Many things can be done manually without a specific tool, but you have to evaluate if you have the resources and time to invest in that.

Maybe it’s easier to outsource that or implement Scilife as a system or some other system and then get help. It still has a cost, an external cost, but doing things internally also has a cost, so you have to evaluate where you want to put that cost if it's internal or you want to acquire consultancy or tools to help you with that.

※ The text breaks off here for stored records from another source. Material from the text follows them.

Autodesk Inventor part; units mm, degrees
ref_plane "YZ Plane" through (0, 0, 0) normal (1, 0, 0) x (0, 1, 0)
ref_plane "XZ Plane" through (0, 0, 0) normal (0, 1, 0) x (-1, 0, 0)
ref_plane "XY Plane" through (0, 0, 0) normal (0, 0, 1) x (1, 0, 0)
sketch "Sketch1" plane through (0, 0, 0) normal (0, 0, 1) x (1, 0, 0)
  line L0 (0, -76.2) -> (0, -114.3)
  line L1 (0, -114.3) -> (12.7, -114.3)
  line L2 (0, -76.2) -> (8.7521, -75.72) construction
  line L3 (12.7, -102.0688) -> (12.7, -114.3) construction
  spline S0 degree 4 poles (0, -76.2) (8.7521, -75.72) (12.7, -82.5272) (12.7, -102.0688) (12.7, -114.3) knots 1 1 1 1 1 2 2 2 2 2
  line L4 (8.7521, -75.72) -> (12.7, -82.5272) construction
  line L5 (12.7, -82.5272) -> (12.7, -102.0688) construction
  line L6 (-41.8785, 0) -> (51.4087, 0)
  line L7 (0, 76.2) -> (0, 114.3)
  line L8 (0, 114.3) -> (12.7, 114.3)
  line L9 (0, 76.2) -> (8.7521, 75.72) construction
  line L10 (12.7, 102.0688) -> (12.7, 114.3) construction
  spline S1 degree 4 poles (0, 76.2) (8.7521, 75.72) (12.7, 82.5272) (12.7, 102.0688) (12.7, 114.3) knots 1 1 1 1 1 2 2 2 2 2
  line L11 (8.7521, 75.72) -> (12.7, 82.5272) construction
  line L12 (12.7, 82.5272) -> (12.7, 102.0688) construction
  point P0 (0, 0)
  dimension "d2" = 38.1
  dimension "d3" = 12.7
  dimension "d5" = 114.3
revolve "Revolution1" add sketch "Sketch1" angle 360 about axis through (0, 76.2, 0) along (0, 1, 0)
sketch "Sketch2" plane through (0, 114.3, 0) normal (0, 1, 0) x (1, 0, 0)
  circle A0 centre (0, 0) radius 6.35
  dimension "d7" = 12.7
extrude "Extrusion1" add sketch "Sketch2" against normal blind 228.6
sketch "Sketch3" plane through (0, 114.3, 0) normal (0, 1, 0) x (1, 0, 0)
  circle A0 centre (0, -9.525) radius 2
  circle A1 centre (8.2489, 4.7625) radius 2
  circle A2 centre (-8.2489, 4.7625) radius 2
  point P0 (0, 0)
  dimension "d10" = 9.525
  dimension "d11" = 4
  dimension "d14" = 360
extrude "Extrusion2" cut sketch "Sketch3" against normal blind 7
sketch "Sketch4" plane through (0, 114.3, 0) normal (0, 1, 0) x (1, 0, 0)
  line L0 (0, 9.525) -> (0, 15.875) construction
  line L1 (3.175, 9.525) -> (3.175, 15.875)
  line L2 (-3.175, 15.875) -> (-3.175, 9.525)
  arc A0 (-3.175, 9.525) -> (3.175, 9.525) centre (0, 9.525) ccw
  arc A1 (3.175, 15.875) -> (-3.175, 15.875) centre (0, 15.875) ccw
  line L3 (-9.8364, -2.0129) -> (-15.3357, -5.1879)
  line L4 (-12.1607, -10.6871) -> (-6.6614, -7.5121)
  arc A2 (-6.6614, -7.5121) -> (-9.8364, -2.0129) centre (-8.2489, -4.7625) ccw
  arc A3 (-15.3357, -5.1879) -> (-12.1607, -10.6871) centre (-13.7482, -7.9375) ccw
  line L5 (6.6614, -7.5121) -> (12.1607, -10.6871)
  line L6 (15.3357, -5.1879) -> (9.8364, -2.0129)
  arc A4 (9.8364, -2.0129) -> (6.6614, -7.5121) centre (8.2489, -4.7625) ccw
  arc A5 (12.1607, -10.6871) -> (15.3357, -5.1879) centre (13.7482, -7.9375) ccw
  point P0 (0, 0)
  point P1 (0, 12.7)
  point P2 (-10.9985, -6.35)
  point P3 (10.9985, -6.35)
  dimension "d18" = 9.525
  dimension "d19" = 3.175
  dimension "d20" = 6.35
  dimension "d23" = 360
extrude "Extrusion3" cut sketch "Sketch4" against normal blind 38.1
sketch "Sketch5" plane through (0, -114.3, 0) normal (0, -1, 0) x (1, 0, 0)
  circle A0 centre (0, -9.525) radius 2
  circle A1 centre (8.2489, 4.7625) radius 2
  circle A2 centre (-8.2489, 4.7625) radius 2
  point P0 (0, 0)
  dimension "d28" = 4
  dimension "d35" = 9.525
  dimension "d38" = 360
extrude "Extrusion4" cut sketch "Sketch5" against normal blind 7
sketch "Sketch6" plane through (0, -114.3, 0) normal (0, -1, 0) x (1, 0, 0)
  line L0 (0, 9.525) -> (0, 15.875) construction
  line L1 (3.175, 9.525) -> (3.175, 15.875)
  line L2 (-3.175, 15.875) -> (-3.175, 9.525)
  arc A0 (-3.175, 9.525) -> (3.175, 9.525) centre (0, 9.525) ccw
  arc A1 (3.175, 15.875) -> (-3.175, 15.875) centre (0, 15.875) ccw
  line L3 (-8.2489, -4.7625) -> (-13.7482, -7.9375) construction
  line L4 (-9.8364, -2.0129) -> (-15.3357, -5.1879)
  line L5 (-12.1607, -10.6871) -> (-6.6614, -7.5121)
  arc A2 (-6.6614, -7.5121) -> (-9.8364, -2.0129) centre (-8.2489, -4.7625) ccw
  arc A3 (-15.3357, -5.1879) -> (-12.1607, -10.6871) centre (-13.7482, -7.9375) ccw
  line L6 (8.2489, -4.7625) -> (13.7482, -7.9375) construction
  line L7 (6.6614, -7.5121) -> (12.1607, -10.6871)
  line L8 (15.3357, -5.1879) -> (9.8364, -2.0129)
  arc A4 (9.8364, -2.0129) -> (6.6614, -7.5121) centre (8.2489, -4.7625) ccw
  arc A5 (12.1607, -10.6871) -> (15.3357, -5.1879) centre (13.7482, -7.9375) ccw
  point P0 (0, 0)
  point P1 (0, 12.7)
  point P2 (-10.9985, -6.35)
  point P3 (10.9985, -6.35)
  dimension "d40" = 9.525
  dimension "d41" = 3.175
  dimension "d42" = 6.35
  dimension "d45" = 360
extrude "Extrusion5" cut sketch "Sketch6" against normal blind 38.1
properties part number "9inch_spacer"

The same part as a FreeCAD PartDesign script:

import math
import FreeCAD as App
import Part
import Sketcher
Q = App.Units.Quantity

doc = App.newDocument("Part")
body = doc.addObject("PartDesign::Body", "Body")
body.AllowCompound = True

# Sketch on XY plane
sketch1 = doc.addObject("Sketcher::SketchObject", "Sketch")
body.addObject(sketch1)
sketch1.AttachmentSupport = (doc.XY_Plane, [""])
sketch1.MapMode = "FlatFace"
sketch1.addGeometry(Part.BSplineCurve([App.Vector(0, -76.2, 0), App.Vector(8.7521, -75.72, 0), App.Vector(12.7, -82.5272, 0), App.Vector(12.7, -102.0688, 0), App.Vector(12.7, -114.3, 0)], [5, 5], [1, 2], False, 4, [1, 1, 1, 1, 1], False), False)
sketch1.addGeometry(Part.LineSegment(App.Vector(0, -76.2, 0), App.Vector(0, -114.3, 0)), False)
sketch1.addGeometry(Part.LineSegment(App.Vector(0, -114.3, 0), App.Vector(12.7, -114.3, 0)), False)
sketch1.addGeometry(Part.LineSegment(App.Vector(0, 114.3, 0), App.Vector(0, 76.2, 0)), False)
sketch1.addGeometry(Part.BSplineCurve([App.Vector(0, 76.2, 0), App.Vector(8.7521, 75.72, 0), App.Vector(12.7, 82.5272, 0), App.Vector(12.7, 102.0688, 0), App.Vector(12.7, 114.3, 0)], [5, 5], [1, 2], False, 4, [1, 1, 1, 1, 1], False), False)
sketch1.addGeometry(Part.LineSegment(App.Vector(12.7, 114.3, 0), App.Vector(0, 114.3, 0)), False)
sketch1.addConstraint(Sketcher.Constraint("Block", 0))
sketch1.addConstraint(Sketcher.Constraint("Block", 4))
sketch1.addConstraint(Sketcher.Constraint("Coincident", 0, 1, 1, 1))
sketch1.addConstraint(Sketcher.Constraint("Coincident", 1, 2, 2, 1))
sketch1.addConstraint(Sketcher.Constraint("Coincident", 2, 2, 0, 2))
sketch1.addConstraint(Sketcher.Constraint("Coincident", 3, 2, 4, 1))
sketch1.addConstraint(Sketcher.Constraint("Coincident", 4, 2, 5, 1))
sketch1.addConstraint(Sketcher.Constraint("Coincident", 5, 2, 3, 1))
sketch1.addConstraint(Sketcher.Constraint("Vertical", 1))
sketch1.addConstraint(Sketcher.Constraint("Horizontal", 2))
sketch1.addConstraint(Sketcher.Constraint("Vertical", 3))
sketch1.addConstraint(Sketcher.Constraint("Horizontal", 5))
revolution = doc.addObject("PartDesign::Revolution", "Revolution")
body.addObject(revolution)
revolution.Profile = sketch1
revolution.ReferenceAxis = (sketch1, ["V_Axis"])
revolution.Angle = 360

# Sketch on XZ plane
sketch2 = doc.addObject("Sketcher::SketchObject", "Sketch001")
body.addObject(sketch2)
sketch2.AttachmentSupport = (doc.XZ_Plane, [""])
sketch2.MapMode = "FlatFace"
sketch2.AttachmentOffset = App.Placement(App.Vector(0, 0, -4.5 * 25.4), App.Rotation())
sketch2.addGeometry(Part.Circle(App.Vector(0, 0, 0), App.Vector(0, 0, 1), 6), False)
sketch2.addConstraint(Sketcher.Constraint("Coincident", 0, 3, -1, 1))
sketch2.addConstraint(Sketcher.Constraint("Diameter", 0, Q("0.5 in")))
pad1 = doc.addObject("PartDesign::Pad", "Pad")
body.addObject(pad1)
pad1.Profile = sketch2
pad1.Length = Q("9 in")

# Sketch on XZ plane
sketch3 = doc.addObject("Sketcher::SketchObject", "Sketch002")
body.addObject(sketch3)
sketch3.AttachmentSupport = (doc.XZ_Plane, [""])
sketch3.MapMode = "FlatFace"
sketch3.AttachmentOffset = App.Placement(App.Vector(0, 0, -4.5 * 25.4), App.Rotation())
sketch3.addGeometry(Part.Circle(App.Vector(0, 9.5, 0), App.Vector(0, 0, 1), 2), False)
sketch3.addGeometry(Part.Circle(App.Vector(8.2, -4.8, 0), App.Vector(0, 0, 1), 2), False)
sketch3.addGeometry(Part.Circle(App.Vector(-8.2, -4.8, 0), App.Vector(0, 0, 1), 2), False)
sketch3.addConstraint(Sketcher.Constraint("Equal", 0, 1))
sketch3.addConstraint(Sketcher.Constraint("Equal", 1, 2))
sketch3.addConstraint(Sketcher.Constraint("Symmetric", 1, 3, 2, 3, -2))
sketch3.addConstraint(Sketcher.Constraint("PointOnObject", 0, 3, -2))
sketch3.addConstraint(Sketcher.Constraint("Diameter", 0, 4.0))
sketch3.addConstraint(Sketcher.Constraint("DistanceY", -1, 1, 0, 3, Q("0.375 in")))
sketch3.addConstraint(Sketcher.Constraint("DistanceY", 1, 3, -1, 1, Q("0.1875 in")))
sketch3.addConstraint(Sketcher.Constraint("DistanceX", -1, 1, 1, 3, 8.249))
pocket1 = doc.addObject("PartDesign::Pocket", "Pocket")
body.addObject(pocket1)
pocket1.Profile = sketch3
pocket1.Length = Q("0.2755906 in")
pocket1.Reversed = True

# Sketch on XZ plane
sketch4 = doc.addObject("Sketcher::SketchObject", "Sketch003")
body.addObject(sketch4)
sketch4.AttachmentSupport = (doc.XZ_Plane, [""])
sketch4.MapMode = "FlatFace"
sketch4.AttachmentOffset = App.Placement(App.Vector(0, 0, -4.5 * 25.4), App.Rotation())
sketch4.addGeometry(Part.ArcOfCircle(Part.Circle(App.Vector(0, -9.5, 0), App.Vector(0, 0, 1), 3.2), math.radians(0), math.radians(180)), False)
sketch4.addGeometry(Part.LineSegment(App.Vector(3.2, -9.5, 0), App.Vector(3.2, -15.9, 0)), False)
sketch4.addGeometry(Part.ArcOfCircle(Part.Circle(App.Vector(0, -15.9, 0), App.Vector(0, 0, 1), 3.2), math.radians(180), math.radians(360)), False)
sketch4.addGeometry(Part.LineSegment(App.Vector(-3.2, -15.9, 0), App.Vector(-3.2, -9.5, 0)), False)
sketch4.addGeometry(Part.ArcOfCircle(Part.Circle(App.Vector(-8.2, 4.8, 0), App.Vector(0, 0, 1), 3.2), math.radians(-120), math.radians(60)), False)
sketch4.addGeometry(Part.LineSegment(App.Vector(-9.8, 2, 0), App.Vector(-15.3, 5.2, 0)), False)
sketch4.addGeometry(Part.ArcOfCircle(Part.Circle(App.Vector(-13.7, 7.9, 0), App.Vector(0, 0, 1), 3.2), math.radians(60), math.radians(240)), False)
sketch4.addGeometry(Part.LineSegment(App.Vector(-12.2, 10.7, 0), App.Vector(-6.7, 7.5, 0)), False)
sketch4.addGeometry(Part.ArcOfCircle(Part.Circle(App.Vector(8.2, 4.8, 0), App.Vector(0, 0, 1), 3.2), math.radians(120), math.radians(300)), False)
sketch4.addGeometry(Part.LineSegment(App.Vector(6.7, 7.5, 0), App.Vector(12.2, 10.7, 0)), False)
sketch4.addGeometry(Part.ArcOfCircle(Part.Circle(App.Vector(13.7, 7.9, 0), App.Vector(0, 0, 1), 3.2), math.radians(-60), math.radians(120)), False)
sketch4.addGeometry(Part.LineSegment(App.Vector(15.3, 5.2, 0), App.Vector(9.8, 2, 0)), False)
sketch4.addConstraint(Sketcher.Constraint("Tangent", 0, 1, 1, 1))
sketch4.addConstraint(Sketcher.Constraint("Tangent", 1, 2, 2, 2))
sketch4.addConstraint(Sketcher.Constraint("Tangent", 2, 1, 3, 1))
sketch4.addConstraint(Sketcher.Constraint("Tangent", 3, 2, 0, 2))
sketch4.addConstraint(Sketcher.Constraint("Tangent", 4, 1, 5, 1))
sketch4.addConstraint(Sketcher.Constraint("Tangent", 5, 2, 6, 2))
sketch4.addConstraint(Sketcher.Constraint("Tangent", 6, 1, 7, 1))
sketch4.addConstraint(Sketcher.Constraint("Tangent", 7, 2, 4, 2))
sketch4.addConstraint(Sketcher.Constraint("Tangent", 8, 1, 9, 1))
sketch4.addConstraint(Sketcher.Constraint("Tangent", 9, 2, 10, 2))
sketch4.addConstraint(Sketcher.Constraint("Tangent", 10, 1, 11, 1))
sketch4.addConstraint(Sketcher.Constraint("Tangent", 11, 2, 8, 2))
sketch4.addConstraint(Sketcher.Constraint("Vertical", 1))
sketch4.addConstraint(Sketcher.Constraint("Vertical", 3))
sketch4.addConstraint(Sketcher.Constraint("Equal", 2, 4))
sketch4.addConstraint(Sketcher.Constraint("Equal", 4, 6))
sketch4.addConstraint(Sketcher.Constraint("Equal", 6, 8))
sketch4.addConstraint(Sketcher.Constraint("Equal", 8, 10))
sketch4.addConstraint(Sketcher.Constraint("Symmetric", 4, 3, 8, 3, -2))
sketch4.addConstraint(Sketcher.Constraint("Symmetric", 6, 3, 10, 3, -2))
sketch4.addConstraint(Sketcher.Constraint("PointOnObject", 0, 3, -2))
sketch4.addConstraint(Sketcher.Constraint("Radius", 0, Q("0.125 in")))
sketch4.addConstraint(Sketcher.Constraint("DistanceY", 1, 2, 1, 1, Q("0.25 in")))
sketch4.addConstraint(Sketcher.Constraint("Distance", 5, Q("0.25 in")))
sketch4.addConstraint(Sketcher.Constraint("DistanceY", 0, 3, -1, 1, Q("0.375 in")))
sketch4.addConstraint(Sketcher.Constraint("Angle", 5, Q("150.0002 deg")))
sketch4.addConstraint(Sketcher.Constraint("DistanceY", -1, 1, 4, 3, Q("0.1875 in")))
sketch4.addConstraint(Sketcher.Constraint("DistanceX", 4, 3, -1, 1, 8.249))
pocket2 = doc.addObject("PartDesign::Pocket", "Pocket001")
body.addObject(pocket2)
pocket2.Profile = sketch4
pocket2.Length = Q("1.5 in")
pocket2.Reversed = True

# Sketch on XZ plane
sketch5 = doc.addObject("Sketcher::SketchObject", "Sketch004")
body.addObject(sketch5)
sketch5.AttachmentSupport = (doc.XZ_Plane, [""])
sketch5.MapMode = "FlatFace"
sketch5.AttachmentOffset = App.Placement(App.Vector(0, 0, 4.5 * 25.4), App.Rotation())
sketch5.addGeometry(Part.Circle(App.Vector(0, -9.5, 0), App.Vector(0, 0, 1), 2), False)
sketch5.addGeometry(Part.Circle(App.Vector(8.2, 4.8, 0), App.Vector(0, 0, 1), 2), False)
sketch5.addGeometry(Part.Circle(App.Vector(-8.2, 4.8, 0), App.Vector(0, 0, 1), 2), False)
sketch5.addConstraint(Sketcher.Constraint("Equal", 0, 1))
sketch5.addConstraint(Sketcher.Constraint("Equal", 1, 2))
sketch5.addConstraint(Sketcher.Constraint("Symmetric", 1, 3, 2, 3, -2))
sketch5.addConstraint(Sketcher.Constraint("PointOnObject", 0, 3, -2))
sketch5.addConstraint(Sketcher.Constraint("Diameter", 0, 4.0))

Obviously, you will need some agreement from the board to do so. Once you select the tool, at Scilife, for example, we follow a very strict implementation plan. We go through all the steps, from analysis to training and education on how the whole implementation works, with pillars like training, data import, and integrations with systems. Then the changes that you will have to make on your end for the quality system, and lastly, the validation. Scilife comes with a full validation package according to GAMP 5, and we provide all the documentation signed off and executed by us as the basis for your validation on your end. This effectively takes away 95% of the validation effort on your side. You’ll still need to do the last validation steps on your end to consider if the system fits for use, obviously. We would take you by the hand and go through the whole implementation, tackling these different pillars of training, data, import, integration of systems, and validation, so you can get up and running fast in a matter of weeks as opposed to two months, depending on everybody's needs, the size of the company, and the size of data that needs to be imported, etc.